I would definitely build a structure for the LP system to be housed in. Take the OWB out and build the garage where the OWB sits so the lines can come right in through the floor. I would insulate it and use it for storage (snowmobile trailer, lawn tractor/blower, yard tools, snowmobiles, etc.). This would also free up more space in my shop so I have more space to work for once! 

Regarding Semi-pressurized, I may be wrong. I was told that particular OWB was semi-pressurized because it uses a weighted ball type cap on top of the boiler. This holds about 5psi is all. Should the boiler overheat, the boiling water can push the ball up and boil out as needed. There may be a more scientific term for this, but semi-pressurized is what I was told.


----------



## Karl_northwind (Nov 22, 2018)

2 things to consider in this application: heat loss from underground pipe.  it can be substantial, and if it's anything but foamed thermopex or logstor or something don't burn propane to heat the ground.  
second: condensate disposal.  you won't have a lot if you are running at 160-180 F, but you do need a way to dispose of it.  in full condensing, a gallon of LP burned yields you almost a gallon of condensate. if you are running hard, you could have 2 gallons an hour to dispose of.  then it freezes outside.


----------



## amsoil dealer (Dec 3, 2018)

the piping in the ground is thermopex or something similar (insulated pipe). should be no worries there.

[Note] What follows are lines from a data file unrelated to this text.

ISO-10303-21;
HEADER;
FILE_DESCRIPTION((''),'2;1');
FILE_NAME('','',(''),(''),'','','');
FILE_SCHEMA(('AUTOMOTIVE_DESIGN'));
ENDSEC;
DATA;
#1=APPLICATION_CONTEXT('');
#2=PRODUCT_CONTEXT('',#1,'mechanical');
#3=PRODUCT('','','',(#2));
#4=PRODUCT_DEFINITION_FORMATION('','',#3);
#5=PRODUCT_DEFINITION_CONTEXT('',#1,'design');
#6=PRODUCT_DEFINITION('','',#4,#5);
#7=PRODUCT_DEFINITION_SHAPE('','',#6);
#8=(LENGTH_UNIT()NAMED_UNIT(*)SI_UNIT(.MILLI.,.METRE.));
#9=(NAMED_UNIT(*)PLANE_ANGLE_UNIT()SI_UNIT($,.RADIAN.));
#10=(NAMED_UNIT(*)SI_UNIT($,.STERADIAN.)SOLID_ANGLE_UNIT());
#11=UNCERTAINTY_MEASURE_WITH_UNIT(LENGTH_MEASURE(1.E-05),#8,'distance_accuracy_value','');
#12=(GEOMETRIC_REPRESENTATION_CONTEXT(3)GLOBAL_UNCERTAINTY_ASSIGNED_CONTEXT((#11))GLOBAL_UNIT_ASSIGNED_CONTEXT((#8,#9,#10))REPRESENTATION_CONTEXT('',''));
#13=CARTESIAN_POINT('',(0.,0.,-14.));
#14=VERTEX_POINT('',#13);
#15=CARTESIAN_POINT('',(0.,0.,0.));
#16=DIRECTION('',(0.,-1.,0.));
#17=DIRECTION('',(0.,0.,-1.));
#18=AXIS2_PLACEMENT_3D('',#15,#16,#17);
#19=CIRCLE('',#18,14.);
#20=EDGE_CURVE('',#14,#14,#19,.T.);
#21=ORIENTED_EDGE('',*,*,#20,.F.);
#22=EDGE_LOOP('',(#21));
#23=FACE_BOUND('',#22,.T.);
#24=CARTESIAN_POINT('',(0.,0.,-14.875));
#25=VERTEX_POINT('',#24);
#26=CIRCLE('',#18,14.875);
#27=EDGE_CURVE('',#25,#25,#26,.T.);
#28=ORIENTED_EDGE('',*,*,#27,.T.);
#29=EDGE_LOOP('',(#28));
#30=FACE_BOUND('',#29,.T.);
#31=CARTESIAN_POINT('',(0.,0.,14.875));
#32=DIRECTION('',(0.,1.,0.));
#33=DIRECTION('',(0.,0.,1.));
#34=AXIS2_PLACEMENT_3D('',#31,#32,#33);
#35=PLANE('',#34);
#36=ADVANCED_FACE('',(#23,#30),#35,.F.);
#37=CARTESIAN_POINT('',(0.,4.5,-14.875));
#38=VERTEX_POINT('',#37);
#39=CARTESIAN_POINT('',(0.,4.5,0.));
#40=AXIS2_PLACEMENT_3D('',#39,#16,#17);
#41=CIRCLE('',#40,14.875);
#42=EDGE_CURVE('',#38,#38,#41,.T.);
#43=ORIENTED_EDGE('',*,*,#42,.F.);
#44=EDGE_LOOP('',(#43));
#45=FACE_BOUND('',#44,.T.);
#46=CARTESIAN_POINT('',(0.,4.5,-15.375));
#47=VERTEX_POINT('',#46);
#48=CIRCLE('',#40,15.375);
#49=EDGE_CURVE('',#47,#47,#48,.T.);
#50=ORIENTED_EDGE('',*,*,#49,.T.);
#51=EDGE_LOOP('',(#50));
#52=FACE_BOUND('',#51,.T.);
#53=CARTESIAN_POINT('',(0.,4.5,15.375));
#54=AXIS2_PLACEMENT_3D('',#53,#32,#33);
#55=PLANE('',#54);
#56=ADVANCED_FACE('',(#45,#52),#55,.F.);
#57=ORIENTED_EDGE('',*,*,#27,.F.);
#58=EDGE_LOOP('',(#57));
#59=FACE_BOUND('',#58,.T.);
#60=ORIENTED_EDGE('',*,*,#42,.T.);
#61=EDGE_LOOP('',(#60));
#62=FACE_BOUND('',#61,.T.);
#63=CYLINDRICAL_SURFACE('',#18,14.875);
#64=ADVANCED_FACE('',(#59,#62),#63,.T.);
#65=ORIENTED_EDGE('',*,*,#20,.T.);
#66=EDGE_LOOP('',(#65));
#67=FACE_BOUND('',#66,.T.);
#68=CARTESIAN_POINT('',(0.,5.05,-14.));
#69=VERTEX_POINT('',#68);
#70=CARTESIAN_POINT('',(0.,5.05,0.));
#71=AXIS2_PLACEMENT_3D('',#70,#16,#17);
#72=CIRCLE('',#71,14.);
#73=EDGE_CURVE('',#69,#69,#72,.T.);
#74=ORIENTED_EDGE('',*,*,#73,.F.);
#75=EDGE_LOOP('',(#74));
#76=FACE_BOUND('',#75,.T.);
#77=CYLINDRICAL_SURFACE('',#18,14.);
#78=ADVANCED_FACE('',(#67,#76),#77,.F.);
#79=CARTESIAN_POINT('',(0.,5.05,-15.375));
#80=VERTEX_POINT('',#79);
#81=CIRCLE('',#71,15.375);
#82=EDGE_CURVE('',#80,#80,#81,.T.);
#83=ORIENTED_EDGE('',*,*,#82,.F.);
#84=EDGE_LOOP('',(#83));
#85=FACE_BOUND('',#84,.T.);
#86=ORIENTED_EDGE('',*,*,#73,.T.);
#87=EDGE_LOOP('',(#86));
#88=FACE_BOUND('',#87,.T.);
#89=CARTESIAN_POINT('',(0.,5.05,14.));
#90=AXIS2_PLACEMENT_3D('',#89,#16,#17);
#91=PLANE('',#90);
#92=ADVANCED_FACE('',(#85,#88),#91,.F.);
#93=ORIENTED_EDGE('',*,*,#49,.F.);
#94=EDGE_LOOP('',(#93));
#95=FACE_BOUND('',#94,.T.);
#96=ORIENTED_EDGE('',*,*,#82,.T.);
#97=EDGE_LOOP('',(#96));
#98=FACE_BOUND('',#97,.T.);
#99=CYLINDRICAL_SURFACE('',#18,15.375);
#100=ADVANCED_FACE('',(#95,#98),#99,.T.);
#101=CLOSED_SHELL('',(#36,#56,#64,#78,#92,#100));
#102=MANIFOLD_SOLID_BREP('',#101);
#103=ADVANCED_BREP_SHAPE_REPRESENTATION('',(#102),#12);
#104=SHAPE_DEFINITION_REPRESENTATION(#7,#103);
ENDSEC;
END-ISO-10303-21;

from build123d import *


with BuildPart() as part:
    # Sketch2 → Revolve1 (revolve)
    with BuildSketch(Plane(origin=(0, 0, 0), x_dir=(0, 0, -1), z_dir=(1, 0, 0)), mode=Mode.PRIVATE) as revolve1_sk:
        Polygon((-14.875, 0), (-14, 0), (-14, 5.05), (-15.375, 5.05), (-15.375, 4.5), (-14.875, 4.5), align=None)
    revolve(revolve1_sk.sketch.rotate(Axis((0, 0, 0), (0, 1, 0)), 180), axis=Axis((0, 0, 0), (0, 1, 0)))


solid = part.part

regarding the condensate, I don't know much about propane systems. Where will the condensation be accumulating?


----------



## maple1 (Dec 3, 2018)

All insulated pipe is not the same. So could still be a heat loss issue there. Maybe a big one. Especially if it is as old as the 30 year old Heatmor.

The condensation would be in the flue gasses.


----------



## amsoil dealer (Dec 5, 2018)

The previous owner got the boiler as partial payment for a job that he did. Not sure what year it was installed, but I know it's less than 22 years old as that's when the house was built.


----------



## Karl_northwind (Dec 7, 2018)

a thorough figuring out of what your underground heat loss is needed.  if it's acceptable, a non-condensing boiler (which will get you up to about 85 % efficiency) could be installed at your outdoor boiler location.  

I am considering doing exactly this for my house and barn, currently served with a G-200 and 300 feet of logstor pex underground.  the heat loss will be a concern, but I plan on this running only when we are away.  the simplicity of the low cost propane boiler, no chimney required is appealing.


----------



## amsoil dealer (Feb 11, 2019)

Been away for a while and decided to try and resurrect this post.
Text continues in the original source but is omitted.